Ratiometric fluorescence imaging for sodium selenite in living cells

Abstract

Sodium selenite as a common selenium-containing agent has been extensively studied for human health, especially cancer prevention and treatment. However, precisely evaluating the dynamic changes of sodium selenite at cellular and molecular level in these pharmacological and pathophysiological studies is still challenging. Developing the chemical tools that enable the quantification of sodium selenite in vivo with high spatial and temporal fidelity thus can provide an efficient solution to this challenge. Here, we report the design, synthesis and biological evaluation of ratiometric sodium selenite fluorescent probe (HBTN-Se) for quantitative ratiometric fluorescence imaging of sodium selenite concentration fluctuations in living cells.

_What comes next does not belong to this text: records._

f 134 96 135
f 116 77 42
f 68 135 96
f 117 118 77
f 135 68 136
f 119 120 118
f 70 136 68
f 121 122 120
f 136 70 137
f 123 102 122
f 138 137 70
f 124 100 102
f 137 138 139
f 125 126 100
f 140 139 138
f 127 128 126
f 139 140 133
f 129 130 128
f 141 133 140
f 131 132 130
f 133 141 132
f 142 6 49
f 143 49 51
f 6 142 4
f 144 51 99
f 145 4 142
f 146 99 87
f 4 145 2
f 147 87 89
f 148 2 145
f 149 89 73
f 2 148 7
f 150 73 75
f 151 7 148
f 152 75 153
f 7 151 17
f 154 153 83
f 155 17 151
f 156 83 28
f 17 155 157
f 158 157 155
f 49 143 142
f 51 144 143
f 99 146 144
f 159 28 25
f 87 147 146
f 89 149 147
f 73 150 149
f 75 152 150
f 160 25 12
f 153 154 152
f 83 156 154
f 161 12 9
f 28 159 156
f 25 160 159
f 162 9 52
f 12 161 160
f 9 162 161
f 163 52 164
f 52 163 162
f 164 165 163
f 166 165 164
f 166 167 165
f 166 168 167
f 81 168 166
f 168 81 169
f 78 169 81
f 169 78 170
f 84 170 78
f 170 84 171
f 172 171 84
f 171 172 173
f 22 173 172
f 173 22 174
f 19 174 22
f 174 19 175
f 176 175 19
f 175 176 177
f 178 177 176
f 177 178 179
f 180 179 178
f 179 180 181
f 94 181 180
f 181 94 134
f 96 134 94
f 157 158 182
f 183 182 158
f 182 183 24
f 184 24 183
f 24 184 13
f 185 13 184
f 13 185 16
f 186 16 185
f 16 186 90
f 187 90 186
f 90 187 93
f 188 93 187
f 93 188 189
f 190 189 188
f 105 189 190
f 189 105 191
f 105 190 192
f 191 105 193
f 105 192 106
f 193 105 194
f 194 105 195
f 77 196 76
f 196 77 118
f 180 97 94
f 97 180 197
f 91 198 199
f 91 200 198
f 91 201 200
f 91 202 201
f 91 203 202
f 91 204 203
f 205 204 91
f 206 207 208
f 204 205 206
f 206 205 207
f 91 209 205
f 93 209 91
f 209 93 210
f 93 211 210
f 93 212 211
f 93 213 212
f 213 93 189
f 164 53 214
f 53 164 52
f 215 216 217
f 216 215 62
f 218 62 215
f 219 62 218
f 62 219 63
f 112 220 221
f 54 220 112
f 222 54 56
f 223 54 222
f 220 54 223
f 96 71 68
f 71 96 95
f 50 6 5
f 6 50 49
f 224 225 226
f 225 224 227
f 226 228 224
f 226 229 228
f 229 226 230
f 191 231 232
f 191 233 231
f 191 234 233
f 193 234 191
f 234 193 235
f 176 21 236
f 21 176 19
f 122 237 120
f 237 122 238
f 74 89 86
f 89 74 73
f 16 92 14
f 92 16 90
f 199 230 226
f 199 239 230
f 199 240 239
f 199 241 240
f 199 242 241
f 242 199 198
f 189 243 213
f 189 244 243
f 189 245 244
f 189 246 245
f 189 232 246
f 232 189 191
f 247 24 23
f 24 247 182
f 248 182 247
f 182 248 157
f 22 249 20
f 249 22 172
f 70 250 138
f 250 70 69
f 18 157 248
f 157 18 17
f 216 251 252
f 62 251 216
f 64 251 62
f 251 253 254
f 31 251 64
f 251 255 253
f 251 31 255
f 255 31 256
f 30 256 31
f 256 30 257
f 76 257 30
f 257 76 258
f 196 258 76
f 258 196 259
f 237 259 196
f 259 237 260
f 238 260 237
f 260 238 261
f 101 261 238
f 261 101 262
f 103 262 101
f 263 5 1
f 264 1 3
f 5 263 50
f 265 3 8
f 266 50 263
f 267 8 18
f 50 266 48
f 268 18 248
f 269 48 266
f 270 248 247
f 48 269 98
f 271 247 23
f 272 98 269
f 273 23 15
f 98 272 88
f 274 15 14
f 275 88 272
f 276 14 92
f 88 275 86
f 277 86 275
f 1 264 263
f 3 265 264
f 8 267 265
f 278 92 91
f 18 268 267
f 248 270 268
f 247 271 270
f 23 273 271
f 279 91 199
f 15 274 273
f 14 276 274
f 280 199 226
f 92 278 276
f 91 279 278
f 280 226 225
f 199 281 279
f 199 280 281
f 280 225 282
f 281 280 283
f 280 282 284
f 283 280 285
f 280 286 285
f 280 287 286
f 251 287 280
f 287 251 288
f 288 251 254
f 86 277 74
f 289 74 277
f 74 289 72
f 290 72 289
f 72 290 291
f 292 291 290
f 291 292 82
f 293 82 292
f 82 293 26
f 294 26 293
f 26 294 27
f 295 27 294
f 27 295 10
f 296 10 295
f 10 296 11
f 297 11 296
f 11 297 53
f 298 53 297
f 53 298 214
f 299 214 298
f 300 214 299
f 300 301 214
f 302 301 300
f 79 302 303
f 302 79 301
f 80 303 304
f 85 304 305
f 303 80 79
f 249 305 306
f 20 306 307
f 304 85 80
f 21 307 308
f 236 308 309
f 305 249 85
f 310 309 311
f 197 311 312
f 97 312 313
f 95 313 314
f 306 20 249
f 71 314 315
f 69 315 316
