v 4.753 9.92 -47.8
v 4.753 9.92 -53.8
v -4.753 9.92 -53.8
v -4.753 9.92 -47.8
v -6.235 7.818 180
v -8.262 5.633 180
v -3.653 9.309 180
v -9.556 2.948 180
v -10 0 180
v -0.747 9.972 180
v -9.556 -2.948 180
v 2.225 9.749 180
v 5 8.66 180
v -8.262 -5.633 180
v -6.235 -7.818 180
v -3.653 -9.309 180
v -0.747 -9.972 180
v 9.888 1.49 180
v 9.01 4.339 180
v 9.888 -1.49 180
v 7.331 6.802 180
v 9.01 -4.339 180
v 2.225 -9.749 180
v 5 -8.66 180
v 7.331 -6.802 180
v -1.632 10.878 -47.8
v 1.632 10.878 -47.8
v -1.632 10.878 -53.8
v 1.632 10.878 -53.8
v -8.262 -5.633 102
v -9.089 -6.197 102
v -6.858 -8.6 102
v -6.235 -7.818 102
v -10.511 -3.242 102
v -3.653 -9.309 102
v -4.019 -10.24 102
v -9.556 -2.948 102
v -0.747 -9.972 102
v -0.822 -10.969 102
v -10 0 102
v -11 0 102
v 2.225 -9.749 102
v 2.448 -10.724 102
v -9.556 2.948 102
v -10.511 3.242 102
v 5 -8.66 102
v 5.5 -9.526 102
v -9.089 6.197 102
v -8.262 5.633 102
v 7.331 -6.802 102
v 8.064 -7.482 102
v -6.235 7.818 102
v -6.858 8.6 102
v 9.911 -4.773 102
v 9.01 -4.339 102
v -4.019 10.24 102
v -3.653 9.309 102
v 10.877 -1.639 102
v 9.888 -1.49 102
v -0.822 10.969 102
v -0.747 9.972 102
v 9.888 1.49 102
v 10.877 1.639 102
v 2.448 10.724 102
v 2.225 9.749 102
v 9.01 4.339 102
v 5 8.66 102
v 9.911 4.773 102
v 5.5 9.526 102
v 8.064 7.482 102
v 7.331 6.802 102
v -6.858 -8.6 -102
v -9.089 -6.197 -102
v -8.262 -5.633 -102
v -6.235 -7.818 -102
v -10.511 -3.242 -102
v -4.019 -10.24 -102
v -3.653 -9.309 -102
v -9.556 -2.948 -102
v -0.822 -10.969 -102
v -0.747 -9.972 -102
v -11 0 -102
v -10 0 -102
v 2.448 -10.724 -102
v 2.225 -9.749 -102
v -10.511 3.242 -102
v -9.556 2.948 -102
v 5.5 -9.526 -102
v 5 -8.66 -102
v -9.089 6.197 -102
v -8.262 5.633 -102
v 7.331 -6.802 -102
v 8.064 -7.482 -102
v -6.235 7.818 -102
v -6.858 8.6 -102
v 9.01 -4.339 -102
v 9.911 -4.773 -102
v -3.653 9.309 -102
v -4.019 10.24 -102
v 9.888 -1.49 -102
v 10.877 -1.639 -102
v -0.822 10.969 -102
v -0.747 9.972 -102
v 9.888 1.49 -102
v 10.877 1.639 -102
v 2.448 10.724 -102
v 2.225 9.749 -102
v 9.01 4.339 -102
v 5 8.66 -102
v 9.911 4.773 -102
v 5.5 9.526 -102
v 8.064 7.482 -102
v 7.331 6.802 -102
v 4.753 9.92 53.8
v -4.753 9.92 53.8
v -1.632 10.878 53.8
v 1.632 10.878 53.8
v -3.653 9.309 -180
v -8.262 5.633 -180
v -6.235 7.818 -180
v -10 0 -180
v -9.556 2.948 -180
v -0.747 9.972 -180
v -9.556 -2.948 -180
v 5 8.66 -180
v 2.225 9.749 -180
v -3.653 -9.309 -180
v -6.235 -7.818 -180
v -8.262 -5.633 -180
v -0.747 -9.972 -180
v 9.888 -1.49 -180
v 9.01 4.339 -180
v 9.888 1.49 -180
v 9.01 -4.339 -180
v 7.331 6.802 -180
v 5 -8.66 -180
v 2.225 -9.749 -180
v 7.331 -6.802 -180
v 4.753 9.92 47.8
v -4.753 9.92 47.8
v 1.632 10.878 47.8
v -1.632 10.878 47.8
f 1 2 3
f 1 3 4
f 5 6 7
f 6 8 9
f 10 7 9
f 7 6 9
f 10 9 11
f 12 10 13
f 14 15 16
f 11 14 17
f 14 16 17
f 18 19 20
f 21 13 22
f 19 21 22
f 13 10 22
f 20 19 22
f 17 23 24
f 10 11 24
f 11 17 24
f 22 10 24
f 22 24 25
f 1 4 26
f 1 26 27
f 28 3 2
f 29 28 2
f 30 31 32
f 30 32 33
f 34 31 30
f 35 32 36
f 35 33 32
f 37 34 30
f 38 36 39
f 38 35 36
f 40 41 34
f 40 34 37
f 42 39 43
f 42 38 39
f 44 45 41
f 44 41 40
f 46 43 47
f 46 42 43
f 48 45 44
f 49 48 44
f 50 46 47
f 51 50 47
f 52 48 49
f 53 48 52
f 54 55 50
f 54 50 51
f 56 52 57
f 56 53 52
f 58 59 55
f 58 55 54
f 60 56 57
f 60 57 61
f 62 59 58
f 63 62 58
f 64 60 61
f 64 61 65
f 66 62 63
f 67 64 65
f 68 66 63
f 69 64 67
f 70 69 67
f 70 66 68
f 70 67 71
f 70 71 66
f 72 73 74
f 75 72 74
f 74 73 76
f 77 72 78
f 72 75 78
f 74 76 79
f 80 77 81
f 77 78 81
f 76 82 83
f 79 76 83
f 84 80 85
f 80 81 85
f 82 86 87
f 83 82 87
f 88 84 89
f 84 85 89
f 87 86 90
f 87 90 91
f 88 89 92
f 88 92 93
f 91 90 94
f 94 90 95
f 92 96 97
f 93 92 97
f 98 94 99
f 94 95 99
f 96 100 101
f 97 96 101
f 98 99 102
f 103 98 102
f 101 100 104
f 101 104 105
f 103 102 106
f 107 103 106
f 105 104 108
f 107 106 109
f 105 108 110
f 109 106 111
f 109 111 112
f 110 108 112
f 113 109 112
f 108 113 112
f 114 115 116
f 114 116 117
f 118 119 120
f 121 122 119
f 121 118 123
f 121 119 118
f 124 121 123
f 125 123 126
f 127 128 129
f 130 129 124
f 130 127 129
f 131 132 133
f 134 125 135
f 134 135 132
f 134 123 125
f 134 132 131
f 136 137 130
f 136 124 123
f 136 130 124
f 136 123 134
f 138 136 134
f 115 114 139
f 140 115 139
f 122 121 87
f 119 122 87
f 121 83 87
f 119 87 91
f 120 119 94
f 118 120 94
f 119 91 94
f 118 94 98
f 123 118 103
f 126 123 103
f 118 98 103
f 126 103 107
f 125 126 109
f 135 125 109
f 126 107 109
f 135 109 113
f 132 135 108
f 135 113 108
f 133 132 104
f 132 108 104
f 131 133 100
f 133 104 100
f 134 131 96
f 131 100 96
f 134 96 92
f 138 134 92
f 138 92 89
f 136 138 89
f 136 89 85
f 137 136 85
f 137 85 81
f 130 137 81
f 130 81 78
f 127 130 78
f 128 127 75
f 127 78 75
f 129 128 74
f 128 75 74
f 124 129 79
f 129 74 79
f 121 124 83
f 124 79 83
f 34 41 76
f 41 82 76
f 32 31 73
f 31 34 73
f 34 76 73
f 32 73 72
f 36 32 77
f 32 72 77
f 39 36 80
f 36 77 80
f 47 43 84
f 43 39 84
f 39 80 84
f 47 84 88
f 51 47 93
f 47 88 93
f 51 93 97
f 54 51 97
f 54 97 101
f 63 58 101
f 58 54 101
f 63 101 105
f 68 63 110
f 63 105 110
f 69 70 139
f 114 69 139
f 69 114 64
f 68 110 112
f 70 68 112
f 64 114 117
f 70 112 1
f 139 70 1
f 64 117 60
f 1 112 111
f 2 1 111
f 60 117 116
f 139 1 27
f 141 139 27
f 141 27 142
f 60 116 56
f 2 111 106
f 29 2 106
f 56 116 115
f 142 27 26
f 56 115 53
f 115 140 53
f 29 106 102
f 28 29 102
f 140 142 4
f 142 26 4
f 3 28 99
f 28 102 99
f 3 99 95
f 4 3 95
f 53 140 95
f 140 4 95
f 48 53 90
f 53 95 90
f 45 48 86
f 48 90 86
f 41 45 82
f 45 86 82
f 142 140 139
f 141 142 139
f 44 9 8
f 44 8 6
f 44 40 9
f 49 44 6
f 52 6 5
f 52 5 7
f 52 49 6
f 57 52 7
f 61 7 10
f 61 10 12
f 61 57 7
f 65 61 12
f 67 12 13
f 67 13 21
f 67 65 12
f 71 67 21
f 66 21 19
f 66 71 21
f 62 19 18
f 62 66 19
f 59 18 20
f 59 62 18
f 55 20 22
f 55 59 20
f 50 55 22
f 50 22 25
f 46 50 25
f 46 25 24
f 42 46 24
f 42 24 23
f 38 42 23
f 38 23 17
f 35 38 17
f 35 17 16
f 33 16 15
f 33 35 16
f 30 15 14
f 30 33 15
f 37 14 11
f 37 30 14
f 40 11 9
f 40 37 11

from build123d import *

# Parameters (mm, degrees)
SKETCH1_W          = 360
SKETCH1_H          = 11
SKETCH4_W          = 6
SKETCH4_H          = 10
CUT_EXTRUDE1_DEPTH = 181.670971658
SKETCH6_W          = 78
SKETCH6_H          = 1


with BuildPart() as part:
    # Sketch1 → Revolve1 (revolve)
    with BuildSketch(Plane(origin=(0, 0, 0), x_dir=(0, 0, -1), z_dir=(1, 0, 0)), mode=Mode.PRIVATE) as revolve1_sk:
        with Locations((0, 5.5)):
            Rectangle(SKETCH1_W, SKETCH1_H)
    revolve(revolve1_sk.sketch.rotate(Axis((0, 0, -180), (0, 0, 1)), 90), axis=Axis((0, 0, -180), (0, 0, 1)))

    # Sketch4 → Cut-Extrude1 (cut, symmetric)
    with BuildSketch(Plane(origin=(0, 0, 0), x_dir=(0, 0, -1), z_dir=(1, 0, 0))):
        with Locations((-50.8, 14.92)):
            Rectangle(SKETCH4_W, SKETCH4_H)
    cut_extrude1 = extrude(amount=CUT_EXTRUDE1_DEPTH, both=True, mode=Mode.SUBTRACT)

    # Sketch6 → Cut-Revolve1 (revolve, cut)
    with BuildSketch(Plane(origin=(0, 0, 0), x_dir=(0, 0, -1), z_dir=(1, 0, 0)), mode=Mode.PRIVATE) as cut_revolve1_sk:
        with Locations((-141, 10.5)):
            Rectangle(SKETCH6_W, SKETCH6_H)
    cut_revolve1 = revolve(cut_revolve1_sk.sketch.rotate(Axis((0, 0, -180), (0, 0, -1)), 270), axis=Axis((0, 0, -180), (0, 0, -1)), mode=Mode.SUBTRACT)

    # Mirror2: Cut-Extrude1, Cut-Revolve1 across plane
    add(cut_extrude1.mirror(Plane.XY), mode=Mode.SUBTRACT)
    add(cut_revolve1.mirror(Plane.XY), mode=Mode.SUBTRACT)


solid = part.part
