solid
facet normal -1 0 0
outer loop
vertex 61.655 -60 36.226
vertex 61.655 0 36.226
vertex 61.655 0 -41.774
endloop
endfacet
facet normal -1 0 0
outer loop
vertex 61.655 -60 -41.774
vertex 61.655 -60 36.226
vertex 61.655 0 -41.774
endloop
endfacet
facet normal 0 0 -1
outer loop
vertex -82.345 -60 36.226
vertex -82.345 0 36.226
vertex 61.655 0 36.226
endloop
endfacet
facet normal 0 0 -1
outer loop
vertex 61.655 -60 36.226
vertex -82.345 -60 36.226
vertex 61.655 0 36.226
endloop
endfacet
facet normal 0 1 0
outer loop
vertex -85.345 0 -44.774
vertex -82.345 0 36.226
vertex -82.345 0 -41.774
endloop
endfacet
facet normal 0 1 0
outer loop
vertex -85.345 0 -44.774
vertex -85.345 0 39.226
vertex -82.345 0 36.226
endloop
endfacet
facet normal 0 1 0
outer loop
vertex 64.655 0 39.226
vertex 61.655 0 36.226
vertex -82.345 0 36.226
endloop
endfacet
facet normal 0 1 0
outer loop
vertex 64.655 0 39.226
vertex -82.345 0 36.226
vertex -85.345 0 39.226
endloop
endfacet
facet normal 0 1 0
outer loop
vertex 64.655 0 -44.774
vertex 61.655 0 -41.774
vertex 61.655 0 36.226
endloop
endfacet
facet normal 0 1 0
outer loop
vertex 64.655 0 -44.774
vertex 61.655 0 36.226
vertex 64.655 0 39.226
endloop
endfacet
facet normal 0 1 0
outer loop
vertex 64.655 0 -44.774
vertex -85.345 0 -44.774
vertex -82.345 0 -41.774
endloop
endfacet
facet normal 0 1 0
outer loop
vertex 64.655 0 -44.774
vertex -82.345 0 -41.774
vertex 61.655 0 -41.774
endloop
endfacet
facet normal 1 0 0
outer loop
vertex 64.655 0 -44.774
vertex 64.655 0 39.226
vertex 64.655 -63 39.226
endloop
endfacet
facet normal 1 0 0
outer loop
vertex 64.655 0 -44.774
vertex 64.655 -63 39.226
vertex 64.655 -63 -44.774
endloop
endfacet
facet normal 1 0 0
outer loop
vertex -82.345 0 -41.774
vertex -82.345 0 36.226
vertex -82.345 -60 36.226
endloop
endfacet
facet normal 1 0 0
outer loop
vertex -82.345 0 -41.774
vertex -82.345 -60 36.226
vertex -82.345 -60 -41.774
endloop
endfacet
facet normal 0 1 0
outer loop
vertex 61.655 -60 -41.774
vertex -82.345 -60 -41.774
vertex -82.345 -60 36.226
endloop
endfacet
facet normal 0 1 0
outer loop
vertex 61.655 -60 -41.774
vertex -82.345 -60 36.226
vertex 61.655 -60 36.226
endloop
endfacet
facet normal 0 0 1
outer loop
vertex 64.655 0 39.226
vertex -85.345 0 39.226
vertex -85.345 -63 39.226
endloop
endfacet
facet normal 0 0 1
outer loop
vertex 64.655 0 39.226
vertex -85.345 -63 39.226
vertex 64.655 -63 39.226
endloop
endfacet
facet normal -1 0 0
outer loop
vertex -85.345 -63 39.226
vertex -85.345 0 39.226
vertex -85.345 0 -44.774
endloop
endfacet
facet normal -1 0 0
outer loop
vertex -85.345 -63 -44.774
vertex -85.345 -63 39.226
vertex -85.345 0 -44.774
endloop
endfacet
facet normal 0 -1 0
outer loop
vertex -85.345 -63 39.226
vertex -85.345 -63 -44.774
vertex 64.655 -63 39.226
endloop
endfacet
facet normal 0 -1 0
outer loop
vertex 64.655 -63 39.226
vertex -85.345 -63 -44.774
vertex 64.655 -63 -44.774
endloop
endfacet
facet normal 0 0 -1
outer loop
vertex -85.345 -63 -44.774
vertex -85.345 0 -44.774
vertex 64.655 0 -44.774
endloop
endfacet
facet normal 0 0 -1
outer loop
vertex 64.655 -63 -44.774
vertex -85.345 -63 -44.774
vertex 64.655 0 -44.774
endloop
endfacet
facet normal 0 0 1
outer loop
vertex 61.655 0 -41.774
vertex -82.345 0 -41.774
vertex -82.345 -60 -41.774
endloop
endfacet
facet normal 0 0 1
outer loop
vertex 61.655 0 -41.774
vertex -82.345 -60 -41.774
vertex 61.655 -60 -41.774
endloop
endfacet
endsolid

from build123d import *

# Parameters (mm, degrees)
SKETCH1_W           = 150
SKETCH1_H           = 84
BOSS_EXTRUDE1_DEPTH = 63
SHELL1_T            = -3


with BuildPart() as part:
    # Sketch1 → Boss-Extrude1 (new body)
    with BuildSketch(Plane(origin=(0, 0, 0), x_dir=(1, 0, 0), z_dir=(0, 1, 0))):
        with Locations((-10.344827586, 2.773706897)):
            Rectangle(SKETCH1_W, SKETCH1_H)
    extrude(amount=-BOSS_EXTRUDE1_DEPTH)

    # Shell1
    shell1_openings = [part.faces().sort_by_distance(p)[0] for p in [
        (-10.344827586, 0, -2.773706897),
    ]]
    offset(amount=SHELL1_T, openings=shell1_openings, kind=Kind.INTERSECTION)


solid = part.part
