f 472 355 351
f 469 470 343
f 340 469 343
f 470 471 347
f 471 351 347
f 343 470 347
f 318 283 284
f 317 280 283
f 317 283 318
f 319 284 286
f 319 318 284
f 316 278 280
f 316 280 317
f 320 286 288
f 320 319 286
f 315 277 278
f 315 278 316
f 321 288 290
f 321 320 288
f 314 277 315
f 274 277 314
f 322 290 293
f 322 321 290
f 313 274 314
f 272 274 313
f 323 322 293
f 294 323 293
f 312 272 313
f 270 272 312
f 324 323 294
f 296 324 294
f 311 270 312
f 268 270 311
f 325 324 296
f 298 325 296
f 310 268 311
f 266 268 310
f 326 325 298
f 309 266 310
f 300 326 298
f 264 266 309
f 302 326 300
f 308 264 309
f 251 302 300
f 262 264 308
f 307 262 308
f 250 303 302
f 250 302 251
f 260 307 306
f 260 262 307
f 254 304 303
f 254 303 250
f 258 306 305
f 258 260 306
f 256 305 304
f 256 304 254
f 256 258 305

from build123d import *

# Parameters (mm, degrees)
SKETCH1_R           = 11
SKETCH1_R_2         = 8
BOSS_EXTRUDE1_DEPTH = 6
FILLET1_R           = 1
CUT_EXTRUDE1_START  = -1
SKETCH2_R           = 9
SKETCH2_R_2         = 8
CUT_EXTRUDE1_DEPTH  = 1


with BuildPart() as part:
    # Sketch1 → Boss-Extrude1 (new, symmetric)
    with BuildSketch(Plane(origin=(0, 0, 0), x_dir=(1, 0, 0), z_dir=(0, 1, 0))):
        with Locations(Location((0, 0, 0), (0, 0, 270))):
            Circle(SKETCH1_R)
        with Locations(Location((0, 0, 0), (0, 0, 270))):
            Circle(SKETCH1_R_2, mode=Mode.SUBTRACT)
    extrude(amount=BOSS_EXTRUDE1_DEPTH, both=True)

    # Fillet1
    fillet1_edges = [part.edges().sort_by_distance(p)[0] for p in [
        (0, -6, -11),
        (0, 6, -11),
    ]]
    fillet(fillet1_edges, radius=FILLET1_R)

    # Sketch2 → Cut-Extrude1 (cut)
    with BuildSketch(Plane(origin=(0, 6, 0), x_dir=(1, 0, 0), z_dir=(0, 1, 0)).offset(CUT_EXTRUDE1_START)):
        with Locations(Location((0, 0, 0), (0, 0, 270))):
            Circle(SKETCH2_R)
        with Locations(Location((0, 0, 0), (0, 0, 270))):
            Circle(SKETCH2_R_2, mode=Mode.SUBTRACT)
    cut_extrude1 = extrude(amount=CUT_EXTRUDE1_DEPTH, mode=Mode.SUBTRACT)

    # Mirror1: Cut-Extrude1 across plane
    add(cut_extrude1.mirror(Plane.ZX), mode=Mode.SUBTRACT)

A strategy for sodium selenite quantification has been achieved effectively through using a highly selective, rapid and biocompatible hydroxyl-deprotecting reaction. The ratiometric fluorescence imaging with HBTN-Se is constructed to precisely monitor changes in sodium selenite levels in living cells. Moreover, HBTN-Se is capable of visualizing differences in sodium selenite levels between normal cells and cancer cells, establishing the utility of this ratiometric detection platform for assessing the correlation between physiological effects of sodium selenite and its levels in living cells.